A really good lineup of program opportunities for the next couple of years.
Morehouse, David Thomas is.
Is transforming the college and U.
If you look at the opportunity ahead for Morehouse and for two U behind it we think that's a pretty critical program for the world.
Both for Black men for men of color.
You heard me say that 3 million Black men have some college credit and unfortunately, many of those have college credit and some debt associated with it and haven't completed and we think we can really move the dial.
And.
We think it's an important program not just for the business opportunity and more importantly for those individuals and Morehouse has just an incredible track record I mean, it's 150 for years and.
Doctor Martin Luther King went to Morehouse and the quality is there so.
We're just very proud of that relationship.
And I will tell you I would.
I was really.
Pretty overwhelmed by the response to the first week.
Both from potential prospects, who were giving our counselors are just incredible stories of what morehouse means to them.
And for our employees. This was a this might might've been the most important announcement, we've ever had I don't know if that's an overstatement.
So our employees are the response was so high that we asked for volunteers across the organization to work over the weekend unexpected and we had something on the order of 65 councillors volunteer to be able to reach out to the prospects immediately given the response and spent the entire pad.
AST weekend.
Just getting through the initial queue of folks that were interested so really strong.
And you will continue to hear more about undergrad I will tell you to you and it did take US a long time to launch our first degree program in the marketplace, but we did have a groundbreaking program a longtime ago called semester online that I really do think set the stage for high quality online.
Operations and are our approach to Grad education with an incredibly high touch high completion rate.
<unk> has a set us set us up well for a really great run here with the exception of additional mental health.
Ponant for undergrad students, we feel like we're really well set up as the market leader to do something big here. So.
Pretty excited about it.
That's great and.
And really appreciate that detail.
Maybe as a follow up here for Paul clearly it seems like Youre starting to see some of the positive margin characteristics and the model show through both in the quarter and and your guidance. So.

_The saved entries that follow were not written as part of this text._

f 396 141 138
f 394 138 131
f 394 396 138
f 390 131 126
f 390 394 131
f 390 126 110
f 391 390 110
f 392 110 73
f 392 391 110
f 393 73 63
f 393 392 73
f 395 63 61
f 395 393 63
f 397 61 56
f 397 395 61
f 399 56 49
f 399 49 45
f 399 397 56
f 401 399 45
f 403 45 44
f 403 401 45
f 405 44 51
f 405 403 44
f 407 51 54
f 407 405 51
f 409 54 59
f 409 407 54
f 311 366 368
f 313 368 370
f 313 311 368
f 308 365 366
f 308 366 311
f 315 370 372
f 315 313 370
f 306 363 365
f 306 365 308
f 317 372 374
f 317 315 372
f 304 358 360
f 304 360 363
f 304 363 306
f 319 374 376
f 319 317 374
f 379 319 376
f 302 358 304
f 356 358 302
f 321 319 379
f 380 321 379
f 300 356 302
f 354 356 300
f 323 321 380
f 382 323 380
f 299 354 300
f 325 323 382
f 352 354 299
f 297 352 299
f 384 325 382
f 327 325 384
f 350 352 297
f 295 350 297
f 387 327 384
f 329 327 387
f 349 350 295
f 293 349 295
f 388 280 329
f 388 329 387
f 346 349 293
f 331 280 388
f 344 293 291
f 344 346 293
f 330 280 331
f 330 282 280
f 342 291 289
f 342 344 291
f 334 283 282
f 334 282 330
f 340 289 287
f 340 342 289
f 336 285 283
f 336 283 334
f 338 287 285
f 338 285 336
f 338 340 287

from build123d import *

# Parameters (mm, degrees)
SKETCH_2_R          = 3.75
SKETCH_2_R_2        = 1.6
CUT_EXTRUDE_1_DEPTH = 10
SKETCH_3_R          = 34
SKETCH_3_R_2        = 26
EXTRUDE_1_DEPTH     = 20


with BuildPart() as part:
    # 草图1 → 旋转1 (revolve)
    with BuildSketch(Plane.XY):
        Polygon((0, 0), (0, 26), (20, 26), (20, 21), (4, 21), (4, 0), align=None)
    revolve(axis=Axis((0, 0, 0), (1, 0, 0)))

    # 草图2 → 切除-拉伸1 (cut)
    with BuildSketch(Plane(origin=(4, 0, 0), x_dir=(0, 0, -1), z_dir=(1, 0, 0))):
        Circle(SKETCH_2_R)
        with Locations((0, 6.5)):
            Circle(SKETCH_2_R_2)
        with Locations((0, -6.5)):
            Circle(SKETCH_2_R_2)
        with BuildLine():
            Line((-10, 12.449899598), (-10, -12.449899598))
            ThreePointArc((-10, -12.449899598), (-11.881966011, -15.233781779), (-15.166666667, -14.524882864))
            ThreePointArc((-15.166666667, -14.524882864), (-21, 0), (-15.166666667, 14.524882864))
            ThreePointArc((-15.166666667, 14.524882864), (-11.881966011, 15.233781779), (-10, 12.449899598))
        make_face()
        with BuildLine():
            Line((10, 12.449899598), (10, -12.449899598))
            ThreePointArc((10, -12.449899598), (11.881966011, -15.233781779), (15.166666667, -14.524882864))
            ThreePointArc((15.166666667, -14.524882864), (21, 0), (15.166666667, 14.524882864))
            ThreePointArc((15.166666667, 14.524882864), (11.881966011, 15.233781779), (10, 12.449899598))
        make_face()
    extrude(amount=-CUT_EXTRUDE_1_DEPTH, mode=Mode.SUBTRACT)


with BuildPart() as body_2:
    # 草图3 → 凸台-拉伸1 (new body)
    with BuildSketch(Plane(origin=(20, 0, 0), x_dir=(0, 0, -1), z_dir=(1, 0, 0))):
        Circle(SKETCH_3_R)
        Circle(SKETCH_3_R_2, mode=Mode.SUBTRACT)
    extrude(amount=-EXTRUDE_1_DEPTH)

So I'm curious if you could maybe talk and any got you talked about a little bit before but just more qualitatively about some of the moving pieces and within the guidance and particular between the maturing of the degree program and some of the and efficiency initiatives over the last year, including things like student and a box and on the marketing side and then if there's a way to roughly frame the probe.
Graham launch investments you've assumed in 2021 relative to prior years. So.
And just qualitatively.
As you think about those three factors and and the guidance.
Yes.
So a couple of things when we think of the mature programs.

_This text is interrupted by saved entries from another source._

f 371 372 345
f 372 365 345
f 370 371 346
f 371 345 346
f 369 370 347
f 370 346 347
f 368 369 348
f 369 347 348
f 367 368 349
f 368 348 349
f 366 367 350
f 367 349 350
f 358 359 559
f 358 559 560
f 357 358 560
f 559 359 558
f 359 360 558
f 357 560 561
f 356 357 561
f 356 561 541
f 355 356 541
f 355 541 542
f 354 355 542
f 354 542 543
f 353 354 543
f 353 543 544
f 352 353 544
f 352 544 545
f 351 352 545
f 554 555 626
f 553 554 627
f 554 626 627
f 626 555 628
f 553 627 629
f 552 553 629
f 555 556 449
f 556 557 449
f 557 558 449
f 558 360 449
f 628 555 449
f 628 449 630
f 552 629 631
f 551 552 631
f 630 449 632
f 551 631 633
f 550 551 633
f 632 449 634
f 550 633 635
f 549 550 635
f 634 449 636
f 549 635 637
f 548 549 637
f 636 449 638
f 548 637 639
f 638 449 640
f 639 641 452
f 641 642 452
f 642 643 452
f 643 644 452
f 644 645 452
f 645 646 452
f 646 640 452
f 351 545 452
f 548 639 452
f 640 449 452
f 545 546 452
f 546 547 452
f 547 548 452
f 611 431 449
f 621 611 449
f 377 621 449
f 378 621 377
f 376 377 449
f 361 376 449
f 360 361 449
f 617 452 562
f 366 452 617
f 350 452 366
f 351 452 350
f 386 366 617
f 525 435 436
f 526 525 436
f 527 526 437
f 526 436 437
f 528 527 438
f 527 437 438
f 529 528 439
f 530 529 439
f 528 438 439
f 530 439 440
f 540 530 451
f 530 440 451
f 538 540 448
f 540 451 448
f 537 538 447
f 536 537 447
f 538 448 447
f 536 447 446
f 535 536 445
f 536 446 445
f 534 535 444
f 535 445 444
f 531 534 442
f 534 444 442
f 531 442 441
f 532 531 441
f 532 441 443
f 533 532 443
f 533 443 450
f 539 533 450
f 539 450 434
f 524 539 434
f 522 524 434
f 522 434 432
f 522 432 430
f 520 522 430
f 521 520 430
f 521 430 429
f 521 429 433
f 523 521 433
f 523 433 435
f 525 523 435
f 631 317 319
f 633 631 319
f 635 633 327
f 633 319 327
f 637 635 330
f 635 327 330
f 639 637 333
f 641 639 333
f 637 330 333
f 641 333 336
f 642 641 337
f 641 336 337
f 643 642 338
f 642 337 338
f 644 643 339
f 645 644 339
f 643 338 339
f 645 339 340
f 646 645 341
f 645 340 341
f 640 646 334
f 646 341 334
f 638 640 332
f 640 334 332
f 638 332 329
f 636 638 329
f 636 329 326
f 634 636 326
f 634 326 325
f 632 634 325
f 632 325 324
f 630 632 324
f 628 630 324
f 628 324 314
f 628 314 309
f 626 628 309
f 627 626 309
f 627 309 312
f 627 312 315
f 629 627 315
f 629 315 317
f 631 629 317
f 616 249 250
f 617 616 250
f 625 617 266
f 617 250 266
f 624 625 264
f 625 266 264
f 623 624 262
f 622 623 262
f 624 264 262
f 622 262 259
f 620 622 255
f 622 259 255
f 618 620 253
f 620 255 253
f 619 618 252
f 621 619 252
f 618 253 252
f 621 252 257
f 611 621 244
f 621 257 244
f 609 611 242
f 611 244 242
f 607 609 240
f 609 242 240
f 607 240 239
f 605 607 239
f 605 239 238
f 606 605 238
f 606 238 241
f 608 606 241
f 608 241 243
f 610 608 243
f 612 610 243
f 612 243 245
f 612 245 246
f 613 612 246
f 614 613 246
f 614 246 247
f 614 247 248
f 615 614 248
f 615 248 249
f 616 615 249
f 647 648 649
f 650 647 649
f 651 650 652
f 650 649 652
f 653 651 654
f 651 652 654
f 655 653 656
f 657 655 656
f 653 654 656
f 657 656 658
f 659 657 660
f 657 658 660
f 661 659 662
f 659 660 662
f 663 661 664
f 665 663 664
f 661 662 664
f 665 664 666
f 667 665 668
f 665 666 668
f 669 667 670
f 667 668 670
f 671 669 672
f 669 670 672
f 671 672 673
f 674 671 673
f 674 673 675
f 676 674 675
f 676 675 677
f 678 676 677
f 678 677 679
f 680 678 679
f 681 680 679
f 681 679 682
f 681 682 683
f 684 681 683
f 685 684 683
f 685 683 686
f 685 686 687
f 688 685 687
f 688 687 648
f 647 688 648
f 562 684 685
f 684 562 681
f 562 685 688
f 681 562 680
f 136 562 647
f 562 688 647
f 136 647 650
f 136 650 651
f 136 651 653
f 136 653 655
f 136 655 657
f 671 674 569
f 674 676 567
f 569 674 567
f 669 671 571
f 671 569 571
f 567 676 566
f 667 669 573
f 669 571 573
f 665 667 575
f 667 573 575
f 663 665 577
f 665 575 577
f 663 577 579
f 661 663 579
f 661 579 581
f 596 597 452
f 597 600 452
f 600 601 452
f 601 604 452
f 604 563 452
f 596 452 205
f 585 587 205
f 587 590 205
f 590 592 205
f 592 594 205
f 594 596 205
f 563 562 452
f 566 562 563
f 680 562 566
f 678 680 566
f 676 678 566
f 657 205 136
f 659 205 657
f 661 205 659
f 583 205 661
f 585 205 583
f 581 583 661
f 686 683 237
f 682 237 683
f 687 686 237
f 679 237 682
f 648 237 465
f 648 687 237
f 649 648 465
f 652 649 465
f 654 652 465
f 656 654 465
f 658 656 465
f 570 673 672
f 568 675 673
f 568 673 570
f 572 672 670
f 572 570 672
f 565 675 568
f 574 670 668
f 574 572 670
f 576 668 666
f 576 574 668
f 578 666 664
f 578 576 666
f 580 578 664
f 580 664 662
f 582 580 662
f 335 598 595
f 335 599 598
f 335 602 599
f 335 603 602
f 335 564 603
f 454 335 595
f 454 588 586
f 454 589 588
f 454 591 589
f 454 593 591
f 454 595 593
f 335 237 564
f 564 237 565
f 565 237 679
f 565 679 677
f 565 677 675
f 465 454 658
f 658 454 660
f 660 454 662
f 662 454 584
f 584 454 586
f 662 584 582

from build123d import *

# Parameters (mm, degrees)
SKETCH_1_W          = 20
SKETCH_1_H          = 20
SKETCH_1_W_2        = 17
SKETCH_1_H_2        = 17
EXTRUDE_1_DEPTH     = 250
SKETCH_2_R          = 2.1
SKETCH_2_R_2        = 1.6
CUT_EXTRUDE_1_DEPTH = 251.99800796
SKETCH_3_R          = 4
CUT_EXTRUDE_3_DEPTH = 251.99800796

That is about how do how can we spend our marketing dollars efficiently, whether it's direct marketing or organic marketing one of the things that we've been doing is developing our organic marketing engine and that has been helping us and becoming more efficient on and overall basis. When it comes to the way we serve the students our student facing organization.
And I think you recall last year and continuing our 2019 and continuing into 2020, we started by first of all and making sure. We're organized appropriately set a week and efficiently serve the students we call. It delighting. The students every step of the way and I think we are beginning to see some of the benefits of that and then when it comes.
The launching new programs, which is where our studio and our box falls and and then some of the things that we're doing in and our learning and development team. We're finding ways to do these things and and a more U K banner and.
All of that has led to the overall schematic of managing the business with overall revenue and overall EBITDA margin, which makes launch cadence total number of programs launch less relevant because we are going to commit to our EBITDA targets and.
You know what to say to us and a very less and sophisticated way. The objective of ours is to ensure that we can launch and the cost that he used to the dollars that it used to cost us to launch one program, we're going to try and see if we can launch one and a half are true programs are one and three quarter program for that same dollar amount and and that way we do.
Developed muscle memory and the scaling that then bite at that and we get to 'twenty and 'twenty two I mean.
We are we have and engine that is just delivering more and more efficient scale and the business. So that is the overall framework around which we're looking at this.
Got it makes a lot of sense congrats on the results.
And our next question comes from Ryan Macdonald from Needham.
Yeah, Good afternoon, chip and Paul and congrats on an excellent quarter and year.
As we look at the undergrad market opportunity and can you talk about a bit about the what the what we should think about for the launch cadence in terms of time lead time needed to go from sort of announcement to two for students enrolled.
He it was your first for sort of foray into this space and you took a bit more time to get that going but then with Simmons. It was sort of wrapped and fire you know getting things ready quickly for an unusual fall how should we think about as we think about the undergrad opportunity sort of unfolding into 'twenty, one and 'twenty two how that launch cadence looks thanks.
Okay.
Thanks, Ryan this is chip.
And we've gotten away from thinking about cadence, it's invested of the past from the standpoint of and the same way that D. G. P was.
And the reason for that is we are trying and succeeding and getting better and faster at improving our launches and I think you can see that in the case of and expectation of Morehouse to actually serve students. This calendar year, even though we just announced it.
And that that has been a key focus of Marc <unk>, our chief operating officer, and our broader team of folks, including Ebony Lee who runs our <unk>.
Degree business.
That's a key focus and the reason is if we can keep driving higher quality programs and get them rolling faster that's better for our schools better for our students.
So.
And the thing about undergrad is.
It is an exciting opportunity you will see more.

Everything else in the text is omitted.